In Sweden, they lowered corporate taxes, but boosted other taxes on businesses to make up for that. Here in the US, congressional Republicans are now talking about adding taxes on imports, while exempting taxes on exports. Throw in a few other tricks, and Hines says the Republican House plan could make the US the greatest tax haven on Earth.
“Under the House plan, every company really in the world would want to report that they earned their income in the United States. You might have Cayman Island companies trying to report that they earned money in the United States.”
Or … Hines and many other economists also warn the Republican tax overhaul could violate international trade rules, spark a trade war costing US exporters hundreds of billions in sales, increase the costs of items on store shelves and increase the deficit.
So, could the Republican plan work?
Yes, "in theory," says Michelle Hanlon, a professor of accounting at MIT’s Sloan School of Management. She knows how House Republicans came to this point. A picture of her standing beside Paul Ryan hangs in her office: “He was the chair of the Ways and Means Committee and I was on the tax staff of the Ways and Means Committee.
Hanlon says the House corporate tax overhaul could work, and work well, but in practice, “nobody knows because nothing like the blueprint, which is a destination-based cash flow tax, has ever been put in place anywhere on Earth.”
I could try and explain what she means, but trust me, you probably don’t want to hear it. Again, this is what you need to know about the Republican plan: “In theory, it’s very appealing, but in practice, there’s a lot of uncertainty,” says Hanlon.

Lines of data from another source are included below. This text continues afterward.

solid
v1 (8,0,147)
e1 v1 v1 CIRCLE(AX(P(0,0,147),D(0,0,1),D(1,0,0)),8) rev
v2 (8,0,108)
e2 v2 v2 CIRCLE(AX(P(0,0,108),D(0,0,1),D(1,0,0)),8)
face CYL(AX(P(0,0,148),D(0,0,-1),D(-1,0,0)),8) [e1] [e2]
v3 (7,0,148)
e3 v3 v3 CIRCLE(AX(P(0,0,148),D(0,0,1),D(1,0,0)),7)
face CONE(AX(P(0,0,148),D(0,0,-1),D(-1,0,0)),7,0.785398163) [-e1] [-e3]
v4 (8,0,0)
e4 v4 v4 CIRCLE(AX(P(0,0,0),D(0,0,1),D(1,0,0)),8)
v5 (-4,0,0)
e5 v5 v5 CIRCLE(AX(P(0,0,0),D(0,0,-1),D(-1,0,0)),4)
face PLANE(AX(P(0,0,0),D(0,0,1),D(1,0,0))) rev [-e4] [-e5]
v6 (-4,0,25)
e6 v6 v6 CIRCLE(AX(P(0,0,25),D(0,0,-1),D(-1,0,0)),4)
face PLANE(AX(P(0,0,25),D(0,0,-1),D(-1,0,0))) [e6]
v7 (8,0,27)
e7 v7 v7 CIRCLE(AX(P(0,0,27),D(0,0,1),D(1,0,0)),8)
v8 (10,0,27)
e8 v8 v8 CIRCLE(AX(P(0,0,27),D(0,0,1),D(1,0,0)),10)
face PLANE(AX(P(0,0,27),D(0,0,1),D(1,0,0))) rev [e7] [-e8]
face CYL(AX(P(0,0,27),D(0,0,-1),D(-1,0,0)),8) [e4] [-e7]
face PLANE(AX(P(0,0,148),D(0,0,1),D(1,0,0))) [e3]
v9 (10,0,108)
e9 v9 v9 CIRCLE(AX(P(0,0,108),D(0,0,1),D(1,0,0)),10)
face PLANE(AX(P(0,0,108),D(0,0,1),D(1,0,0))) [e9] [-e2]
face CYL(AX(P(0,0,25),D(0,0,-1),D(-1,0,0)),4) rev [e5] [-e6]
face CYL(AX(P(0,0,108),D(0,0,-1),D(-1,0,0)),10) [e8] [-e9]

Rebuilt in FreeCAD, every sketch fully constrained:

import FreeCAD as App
import Part
import Sketcher

V = App.Vector


def edges_at(feature, points):
    """Names of the edges that pass closest to the given points."""
    edges = feature.Shape.Edges
    near = lambda p: min(range(len(edges)), key=lambda i: edges[i].distToShape(Part.Vertex(*p))[0])
    return sorted({f"Edge{near(p) + 1}" for p in points})

doc = App.newDocument("Part")
body = doc.addObject("PartDesign::Body", "Body")

sketch1 = body.newObject("Sketcher::SketchObject", "Sketch")
sketch1.AttachmentSupport = (doc.getObject("XY_Plane"), [""])
sketch1.MapMode = "FlatFace"
sketch1.addGeometry(Part.Circle(V(0, 0, 0), V(0, 0, 1), 8), False)
sketch1.addConstraint(Sketcher.Constraint("Coincident", 0, 3, -1, 1))
sketch1.addConstraint(Sketcher.Constraint("Diameter", 0, 16.0))
pad1 = body.newObject("PartDesign::Pad", "Pad")
pad1.Profile = sketch1
pad1.Length = 27

sketch2 = body.newObject("Sketcher::SketchObject", "Sketch001")
sketch2.AttachmentSupport = (doc.getObject("XY_Plane"), [""])
sketch2.MapMode = "FlatFace"
sketch2.AttachmentOffset = App.Placement(V(0, 0, 27), App.Rotation())
sketch2.addGeometry(Part.Circle(V(0, 0, 0), V(0, 0, 1), 10), False)
sketch2.addConstraint(Sketcher.Constraint("Coincident", 0, 3, -1, 1))
sketch2.addConstraint(Sketcher.Constraint("Diameter", 0, 20.0))
pad2 = body.newObject("PartDesign::Pad", "Pad001")
pad2.Profile = sketch2
pad2.Length = 81

sketch3 = body.newObject("Sketcher::SketchObject", "Sketch002")
sketch3.AttachmentSupport = (doc.getObject("XY_Plane"), [""])
sketch3.MapMode = "FlatFace"
sketch3.AttachmentOffset = App.Placement(V(0, 0, 108), App.Rotation())
sketch3.addGeometry(Part.Circle(V(0, 0, 0), V(0, 0, 1), 8), False)
sketch3.addConstraint(Sketcher.Constraint("Coincident", 0, 3, -1, 1))
sketch3.addConstraint(Sketcher.Constraint("Diameter", 0, 16.0))
pad3 = body.newObject("PartDesign::Pad", "Pad002")
pad3.Profile = sketch3
pad3.Length = 40
doc.recompute()

chamfer = body.newObject("PartDesign::Chamfer", "Chamfer")
chamfer.Base = (pad3, edges_at(pad3, [(-8, 0, 148)]))
chamfer.Size = 1

sketch4 = body.newObject("Sketcher::SketchObject", "Sketch003")
sketch4.AttachmentSupport = (doc.getObject("XY_Plane"), [""])
sketch4.MapMode = "FlatFace"
sketch4.addGeometry(Part.Circle(V(0, 0, 0), V(0, 0, 1), 4), False)
sketch4.addConstraint(Sketcher.Constraint("Coincident", 0, 3, -1, 1))
sketch4.addConstraint(Sketcher.Constraint("Diameter", 0, 8.0))
pocket1 = body.newObject("PartDesign::Pocket", "Pocket")
pocket1.Profile = sketch4
pocket1.Length = 25
pocket1.Reversed = True

doc.recompute()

And understand this too: “If we don’t do anything, what we know from the evidence based on the current system is that the current system does not attract jobs to the US," she says. "And that needs to be fixed."
Now, going beyond the sound bites we're sure to hear from politicians and actually hammering out an agreement on how to fix the tax system, that’s the fun part — figuring out how to structure small businesses that are currently listed as pass-through entities and addressing special rules for subchapter S or LLC companies — or the part you really, really don’t want to hear.
And about that UAE 55 percent tax rate thing … “The UAE is generally considered to be a low-tax location,” says Hines. “Though they are sometimes coded as a high-tax place. It's complicated.”
The UAE authorizes each emirate to impose up to a 55 percent tax.
“Here's the thing: They don't impose those taxes, except on oil companies. Most businesses in the UAE pay no corporate tax at all,” says Hines. “The bottom line is that for non-oil companies, the UAE is a tax haven.”
So if you agree with Hines' argument, the US wins the title as the nation with the highest statutory corporate tax rate on Earth.